EXERCISE AIM: Among the lines below, copy exactly those from the one with "e19 v19 v18 LINE" through the one with "e29 v24 v15 LINE", counting both ends.
━━━ THE RECORDS ━━━
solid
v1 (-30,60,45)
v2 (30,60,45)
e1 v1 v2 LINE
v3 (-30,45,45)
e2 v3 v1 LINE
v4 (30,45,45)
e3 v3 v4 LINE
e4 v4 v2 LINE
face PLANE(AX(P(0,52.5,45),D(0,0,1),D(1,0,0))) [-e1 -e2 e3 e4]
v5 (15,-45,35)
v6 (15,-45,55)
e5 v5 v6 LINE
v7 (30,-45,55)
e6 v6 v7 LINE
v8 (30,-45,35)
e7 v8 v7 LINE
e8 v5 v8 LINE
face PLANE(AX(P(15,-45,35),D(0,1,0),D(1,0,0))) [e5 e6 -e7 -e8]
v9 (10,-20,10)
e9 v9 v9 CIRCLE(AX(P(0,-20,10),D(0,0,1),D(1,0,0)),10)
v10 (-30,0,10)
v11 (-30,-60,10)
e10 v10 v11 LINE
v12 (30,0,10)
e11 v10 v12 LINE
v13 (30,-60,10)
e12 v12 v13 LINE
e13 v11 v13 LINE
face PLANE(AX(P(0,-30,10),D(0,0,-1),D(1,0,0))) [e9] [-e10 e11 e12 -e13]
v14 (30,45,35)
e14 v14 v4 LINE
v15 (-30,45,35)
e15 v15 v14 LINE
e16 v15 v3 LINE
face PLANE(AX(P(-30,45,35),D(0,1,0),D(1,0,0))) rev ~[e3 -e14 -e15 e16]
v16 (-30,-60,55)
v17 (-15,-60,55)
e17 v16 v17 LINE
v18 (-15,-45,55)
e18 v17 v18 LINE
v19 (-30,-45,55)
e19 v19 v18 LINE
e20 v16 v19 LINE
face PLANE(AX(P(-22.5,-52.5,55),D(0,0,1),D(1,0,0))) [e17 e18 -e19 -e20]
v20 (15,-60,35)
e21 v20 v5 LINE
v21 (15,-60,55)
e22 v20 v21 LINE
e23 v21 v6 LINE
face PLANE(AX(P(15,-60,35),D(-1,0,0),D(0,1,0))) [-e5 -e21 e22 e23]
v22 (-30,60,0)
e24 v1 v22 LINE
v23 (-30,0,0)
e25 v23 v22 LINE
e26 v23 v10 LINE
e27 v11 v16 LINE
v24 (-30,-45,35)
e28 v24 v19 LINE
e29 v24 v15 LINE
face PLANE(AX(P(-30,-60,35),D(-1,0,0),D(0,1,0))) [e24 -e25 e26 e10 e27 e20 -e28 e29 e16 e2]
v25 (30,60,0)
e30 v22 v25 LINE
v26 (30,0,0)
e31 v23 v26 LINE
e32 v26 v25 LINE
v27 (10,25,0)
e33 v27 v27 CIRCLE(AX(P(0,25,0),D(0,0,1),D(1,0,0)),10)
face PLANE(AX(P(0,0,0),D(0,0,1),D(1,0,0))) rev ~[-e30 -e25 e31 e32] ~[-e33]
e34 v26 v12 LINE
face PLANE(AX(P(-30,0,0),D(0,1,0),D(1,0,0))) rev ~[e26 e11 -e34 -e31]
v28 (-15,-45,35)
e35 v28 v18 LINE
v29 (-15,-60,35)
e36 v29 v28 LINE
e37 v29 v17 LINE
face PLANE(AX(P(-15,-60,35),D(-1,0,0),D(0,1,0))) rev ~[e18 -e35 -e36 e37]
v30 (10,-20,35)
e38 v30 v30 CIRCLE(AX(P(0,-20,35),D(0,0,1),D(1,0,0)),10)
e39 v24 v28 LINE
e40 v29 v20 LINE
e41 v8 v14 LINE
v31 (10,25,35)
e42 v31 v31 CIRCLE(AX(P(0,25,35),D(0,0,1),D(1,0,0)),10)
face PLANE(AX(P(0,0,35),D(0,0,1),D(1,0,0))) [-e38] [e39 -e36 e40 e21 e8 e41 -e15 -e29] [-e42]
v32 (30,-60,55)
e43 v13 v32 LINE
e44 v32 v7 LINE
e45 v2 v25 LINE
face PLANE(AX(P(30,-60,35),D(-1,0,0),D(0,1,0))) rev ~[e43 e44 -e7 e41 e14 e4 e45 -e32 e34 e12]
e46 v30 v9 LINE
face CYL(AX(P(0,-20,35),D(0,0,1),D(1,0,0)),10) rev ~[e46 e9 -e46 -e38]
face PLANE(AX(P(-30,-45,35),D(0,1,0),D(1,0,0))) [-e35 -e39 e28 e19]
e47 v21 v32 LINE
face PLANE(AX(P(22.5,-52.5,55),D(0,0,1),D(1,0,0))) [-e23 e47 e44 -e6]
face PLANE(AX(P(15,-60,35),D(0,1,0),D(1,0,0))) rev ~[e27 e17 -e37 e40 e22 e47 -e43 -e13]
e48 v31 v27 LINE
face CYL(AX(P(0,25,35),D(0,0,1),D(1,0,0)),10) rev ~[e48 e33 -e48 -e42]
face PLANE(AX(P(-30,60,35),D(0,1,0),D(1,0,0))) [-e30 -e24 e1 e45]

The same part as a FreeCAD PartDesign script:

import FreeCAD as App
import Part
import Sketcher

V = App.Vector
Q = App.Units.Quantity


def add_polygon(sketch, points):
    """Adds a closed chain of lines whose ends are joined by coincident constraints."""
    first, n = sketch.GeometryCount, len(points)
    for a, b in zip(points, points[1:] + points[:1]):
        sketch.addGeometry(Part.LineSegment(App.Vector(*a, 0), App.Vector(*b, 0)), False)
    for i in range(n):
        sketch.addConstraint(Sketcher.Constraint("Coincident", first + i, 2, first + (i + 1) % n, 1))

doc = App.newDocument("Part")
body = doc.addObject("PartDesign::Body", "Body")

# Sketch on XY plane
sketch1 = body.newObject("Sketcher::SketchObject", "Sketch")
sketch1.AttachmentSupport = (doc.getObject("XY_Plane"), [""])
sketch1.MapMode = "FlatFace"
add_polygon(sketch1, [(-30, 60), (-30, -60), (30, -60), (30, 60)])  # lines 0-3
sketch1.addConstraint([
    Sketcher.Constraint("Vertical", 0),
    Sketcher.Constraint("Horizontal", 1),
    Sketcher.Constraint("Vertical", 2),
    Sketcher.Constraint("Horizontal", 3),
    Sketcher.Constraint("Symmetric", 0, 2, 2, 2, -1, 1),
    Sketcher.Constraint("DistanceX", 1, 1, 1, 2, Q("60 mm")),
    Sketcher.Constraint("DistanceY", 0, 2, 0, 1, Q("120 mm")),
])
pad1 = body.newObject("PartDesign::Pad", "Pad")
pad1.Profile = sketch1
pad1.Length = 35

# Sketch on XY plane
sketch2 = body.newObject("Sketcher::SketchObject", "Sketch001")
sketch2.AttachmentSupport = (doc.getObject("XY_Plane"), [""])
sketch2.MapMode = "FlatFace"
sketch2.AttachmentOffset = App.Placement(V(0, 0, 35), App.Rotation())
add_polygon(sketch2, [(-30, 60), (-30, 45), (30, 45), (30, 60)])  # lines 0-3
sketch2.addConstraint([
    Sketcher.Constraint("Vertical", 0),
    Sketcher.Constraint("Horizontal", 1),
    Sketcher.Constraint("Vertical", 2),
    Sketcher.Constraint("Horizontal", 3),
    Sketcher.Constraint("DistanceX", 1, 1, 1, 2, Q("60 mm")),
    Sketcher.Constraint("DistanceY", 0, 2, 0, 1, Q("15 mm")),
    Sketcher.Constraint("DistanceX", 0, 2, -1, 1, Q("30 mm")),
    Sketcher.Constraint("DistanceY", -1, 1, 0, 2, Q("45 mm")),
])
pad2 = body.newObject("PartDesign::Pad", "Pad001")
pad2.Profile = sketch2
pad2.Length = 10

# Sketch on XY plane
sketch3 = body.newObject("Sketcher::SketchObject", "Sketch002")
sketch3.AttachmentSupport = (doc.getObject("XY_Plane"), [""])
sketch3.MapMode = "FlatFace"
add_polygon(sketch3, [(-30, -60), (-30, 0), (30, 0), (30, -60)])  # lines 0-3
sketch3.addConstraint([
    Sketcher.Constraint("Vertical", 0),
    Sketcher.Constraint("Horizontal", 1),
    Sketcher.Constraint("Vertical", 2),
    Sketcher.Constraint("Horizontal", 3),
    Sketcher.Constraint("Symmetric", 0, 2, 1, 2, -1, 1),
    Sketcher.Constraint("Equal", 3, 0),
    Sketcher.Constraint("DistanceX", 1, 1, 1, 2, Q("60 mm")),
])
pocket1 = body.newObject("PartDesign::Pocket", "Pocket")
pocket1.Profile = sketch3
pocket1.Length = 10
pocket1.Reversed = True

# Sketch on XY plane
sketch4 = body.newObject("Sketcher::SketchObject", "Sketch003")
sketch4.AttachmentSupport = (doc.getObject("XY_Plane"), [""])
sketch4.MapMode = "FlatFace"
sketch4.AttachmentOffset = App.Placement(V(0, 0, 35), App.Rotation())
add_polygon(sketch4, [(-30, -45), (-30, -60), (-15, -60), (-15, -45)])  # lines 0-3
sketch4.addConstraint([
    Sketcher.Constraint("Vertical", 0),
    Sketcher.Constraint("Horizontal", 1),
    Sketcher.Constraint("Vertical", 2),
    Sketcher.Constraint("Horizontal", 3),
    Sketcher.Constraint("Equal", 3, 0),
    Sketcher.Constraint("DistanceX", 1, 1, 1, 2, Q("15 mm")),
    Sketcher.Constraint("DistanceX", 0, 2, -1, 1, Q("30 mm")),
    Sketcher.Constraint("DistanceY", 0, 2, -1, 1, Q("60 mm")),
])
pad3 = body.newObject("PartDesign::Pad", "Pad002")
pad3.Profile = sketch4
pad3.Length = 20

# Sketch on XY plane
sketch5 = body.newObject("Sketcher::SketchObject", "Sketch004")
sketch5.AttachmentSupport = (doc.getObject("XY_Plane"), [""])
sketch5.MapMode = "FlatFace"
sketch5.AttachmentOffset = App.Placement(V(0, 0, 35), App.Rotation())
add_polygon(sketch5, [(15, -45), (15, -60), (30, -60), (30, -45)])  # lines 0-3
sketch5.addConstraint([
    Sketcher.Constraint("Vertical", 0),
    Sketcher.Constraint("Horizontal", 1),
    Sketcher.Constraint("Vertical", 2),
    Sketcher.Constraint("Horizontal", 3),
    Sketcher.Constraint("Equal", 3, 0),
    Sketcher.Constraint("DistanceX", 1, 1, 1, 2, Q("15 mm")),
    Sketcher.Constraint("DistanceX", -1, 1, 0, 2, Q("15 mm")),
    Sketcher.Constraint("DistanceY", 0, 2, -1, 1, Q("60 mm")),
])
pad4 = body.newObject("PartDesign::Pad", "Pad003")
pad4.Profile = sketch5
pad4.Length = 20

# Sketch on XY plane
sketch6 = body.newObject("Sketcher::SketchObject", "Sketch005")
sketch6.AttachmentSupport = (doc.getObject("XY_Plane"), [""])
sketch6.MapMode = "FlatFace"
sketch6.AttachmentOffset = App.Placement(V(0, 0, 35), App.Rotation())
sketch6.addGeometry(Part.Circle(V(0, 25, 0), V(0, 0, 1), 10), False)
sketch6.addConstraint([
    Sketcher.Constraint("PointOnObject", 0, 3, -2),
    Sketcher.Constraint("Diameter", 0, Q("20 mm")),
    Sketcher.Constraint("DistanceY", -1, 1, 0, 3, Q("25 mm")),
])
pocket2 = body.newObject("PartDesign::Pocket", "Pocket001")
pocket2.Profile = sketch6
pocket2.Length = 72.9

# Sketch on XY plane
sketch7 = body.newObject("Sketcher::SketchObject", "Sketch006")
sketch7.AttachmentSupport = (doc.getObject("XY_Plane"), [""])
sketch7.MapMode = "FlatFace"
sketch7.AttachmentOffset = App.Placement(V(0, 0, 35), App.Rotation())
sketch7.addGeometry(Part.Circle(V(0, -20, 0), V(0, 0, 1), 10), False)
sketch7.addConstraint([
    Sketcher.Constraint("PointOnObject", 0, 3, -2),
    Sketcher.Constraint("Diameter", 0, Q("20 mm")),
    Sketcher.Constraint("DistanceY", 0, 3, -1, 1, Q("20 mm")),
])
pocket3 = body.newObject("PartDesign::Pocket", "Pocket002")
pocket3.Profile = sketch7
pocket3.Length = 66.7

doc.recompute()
━━━
SOLUTION TO THIS TASK:
e19 v19 v18 LINE
e20 v16 v19 LINE
face PLANE(AX(P(-22.5,-52.5,55),D(0,0,1),D(1,0,0))) [e17 e18 -e19 -e20]
v20 (15,-60,35)
e21 v20 v5 LINE
v21 (15,-60,55)
e22 v20 v21 LINE
e23 v21 v6 LINE
face PLANE(AX(P(15,-60,35),D(-1,0,0),D(0,1,0))) [-e5 -e21 e22 e23]
v22 (-30,60,0)
e24 v1 v22 LINE
v23 (-30,0,0)
e25 v23 v22 LINE
e26 v23 v10 LINE
e27 v11 v16 LINE
v24 (-30,-45,35)
e28 v24 v19 LINE
e29 v24 v15 LINE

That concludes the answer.